Ich schreibe gleich ob es funktioniert hat 


Danke nochmal

##Edit:

Leider bekomme ich als Rückgabewert "NaN" Not a number...  hättest du eine Idee woran das liegen könnte? Vielleicht weil die höhe 0 ist bei display:none?

###Edit2:

Ok also wenn das DIV mal sichtbar war dann gibt es auch Werte zurück, wenn es sichtbar ist auch die eigentliche Größe. Wenn es nicht sichtbar ist gibt es 0 zurück, womit ich eigentlich wieder am Anfang des Problems bin  danke aber für die mühe die du dir gemacht hast.


----------



## hela (8. August 2008)

Eisbaer hat gesagt.:


> ... Die Höhe habe ich nicht per CSS angegeben, da diese sich am Content anpassen soll.

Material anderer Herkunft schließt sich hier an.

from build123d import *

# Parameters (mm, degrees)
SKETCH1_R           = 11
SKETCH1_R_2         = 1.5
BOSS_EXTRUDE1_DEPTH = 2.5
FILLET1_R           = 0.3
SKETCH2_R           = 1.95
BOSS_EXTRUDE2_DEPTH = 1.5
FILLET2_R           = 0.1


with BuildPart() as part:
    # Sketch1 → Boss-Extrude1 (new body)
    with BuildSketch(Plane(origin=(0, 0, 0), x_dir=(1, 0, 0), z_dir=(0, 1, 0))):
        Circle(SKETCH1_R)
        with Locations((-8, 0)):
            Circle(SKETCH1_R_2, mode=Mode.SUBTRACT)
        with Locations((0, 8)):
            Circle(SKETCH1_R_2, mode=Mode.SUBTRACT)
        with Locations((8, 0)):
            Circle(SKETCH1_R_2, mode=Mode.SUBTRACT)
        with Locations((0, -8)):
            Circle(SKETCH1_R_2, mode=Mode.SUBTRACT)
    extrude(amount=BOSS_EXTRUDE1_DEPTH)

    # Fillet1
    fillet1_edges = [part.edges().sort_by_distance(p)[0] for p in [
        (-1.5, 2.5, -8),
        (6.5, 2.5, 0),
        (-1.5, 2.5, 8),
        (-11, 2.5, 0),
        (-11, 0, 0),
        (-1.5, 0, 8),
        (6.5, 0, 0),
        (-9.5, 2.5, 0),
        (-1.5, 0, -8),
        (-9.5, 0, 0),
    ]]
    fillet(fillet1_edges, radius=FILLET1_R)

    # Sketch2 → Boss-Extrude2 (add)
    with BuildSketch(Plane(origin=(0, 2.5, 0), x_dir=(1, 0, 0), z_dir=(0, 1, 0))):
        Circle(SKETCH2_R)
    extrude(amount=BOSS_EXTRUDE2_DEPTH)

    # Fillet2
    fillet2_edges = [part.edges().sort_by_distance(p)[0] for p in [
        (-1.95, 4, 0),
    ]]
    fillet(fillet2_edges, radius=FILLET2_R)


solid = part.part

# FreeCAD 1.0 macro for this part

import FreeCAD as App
import Part
import Sketcher

V = App.Vector


def edges_at(feature, points):
    """Names of the edges that pass closest to the given points."""
    edges = feature.Shape.Edges
    near = lambda p: min(range(len(edges)), key=lambda i: edges[i].distToShape(Part.Vertex(*p))[0])
    return sorted({f"Edge{near(p) + 1}" for p in points})

doc = App.newDocument("Part")
body = doc.addObject("PartDesign::Body", "Body")

# Sketch on XZ plane
sketch1 = body.newObject("Sketcher::SketchObject", "Sketch")
sketch1.AttachmentSupport = (doc.getObject("XZ_Plane"), [""])
sketch1.MapMode = "FlatFace"
sketch1.addGeometry([
    Part.Circle(V(0, 0, 0), V(0, 0, 1), 11),  # 0
    Part.Circle(V(0, 8, 0), V(0, 0, 1), 1.5),  # 1
    Part.Circle(V(-8, 0, 0), V(0, 0, 1), 1.5),  # 2
    Part.Circle(V(8, 0, 0), V(0, 0, 1), 1.5),  # 3
    Part.Circle(V(0, -8, 0), V(0, 0, 1), 1.5),  # 4
], False)
sketch1.addConstraint([
    Sketcher.Constraint("Coincident", 0, 3, -1, 1),
    Sketcher.Constraint("Equal", 1, 2),
    Sketcher.Constraint("Equal", 2, 3),
    Sketcher.Constraint("Equal", 3, 4),
    Sketcher.Constraint("Symmetric", 2, 3, 3, 3, -1, 1),
    Sketcher.Constraint("Symmetric", 1, 3, 4, 3, -1, 1),
    Sketcher.Constraint("PointOnObject", 1, 3, -2),
    Sketcher.Constraint("PointOnObject", 2, 3, -1),
    Sketcher.Constraint("Diameter", 0, 22.0),
    Sketcher.Constraint("Diameter", 1, 3.0),
    Sketcher.Constraint("DistanceY", -1, 1, 1, 3, 8.0),
    Sketcher.Constraint("DistanceX", 2, 3, -1, 1, 8.0),
])
pad1 = body.newObject("PartDesign::Pad", "Pad")
pad1.Profile = sketch1
pad1.Length = 2.5
pad1.Reversed = True
doc.recompute()

fillet = body.newObject("PartDesign::Fillet", "Fillet")
fillet.Base = (pad1, edges_at(pad1, [
    (-1.5, 2.5, -8),
    (6.5, 2.5, 0),
    (-1.5, 2.5, 8),
    (-11, 2.5, 0),
    (-11, 0, 0),
    (-1.5, 0, 8),
    (6.5, 0, 0),
    (-9.5, 2.5, 0),
    (-1.5, 0, -8),
    (-9.5, 0, 0),
]))
fillet.Radius = 0.3

# Sketch on XZ plane
sketch2 = body.newObject("Sketcher::SketchObject", "Sketch001")
sketch2.AttachmentSupport = (doc.getObject("XZ_Plane"), [""])
sketch2.MapMode = "FlatFace"
sketch2.AttachmentOffset = App.Placement(V(0, 0, -2.5), App.Rotation())
sketch2.addGeometry(Part.Circle(V(0, 0, 0), V(0, 0, 1), 1.9), False)
sketch2.addConstraint([
    Sketcher.Constraint("Coincident", 0, 3, -1, 1),
    Sketcher.Constraint("Diameter", 0, 3.9),
])
pad2 = body.newObject("PartDesign::Pad", "Pad001")
pad2.Profile = sketch2
pad2.Length = 1.5
pad2.Reversed = True
doc.recompute()

fillet2 = body.newObject("PartDesign::Fillet", "Fillet001")
fillet2.Base = (pad2, edges_at(pad2, [(-1.95, 4, 0)]))
fillet2.Radius = 0.1

doc.recompute()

Dann ist die Höhe dieses Elements mit dem Initialwert "auto" belegt und wird vom Browser beim Seitenaufbau *berechnet*. Wenn andererseits dieses Element überhaupt nicht dargestellt werden soll (display: none), dann hat dieses Element echt keine Höhe und wird auch beim Seitenaufbau nicht berechnet.
Alles klar?


----------



## Eisbaer (8. August 2008)

Ok Danke Hela, naja wieder um eine Erfahrung reicher


----------



## Quaese (8. August 2008)

Hi,

vielleicht funktioniert es mit einem kleinen Workaround.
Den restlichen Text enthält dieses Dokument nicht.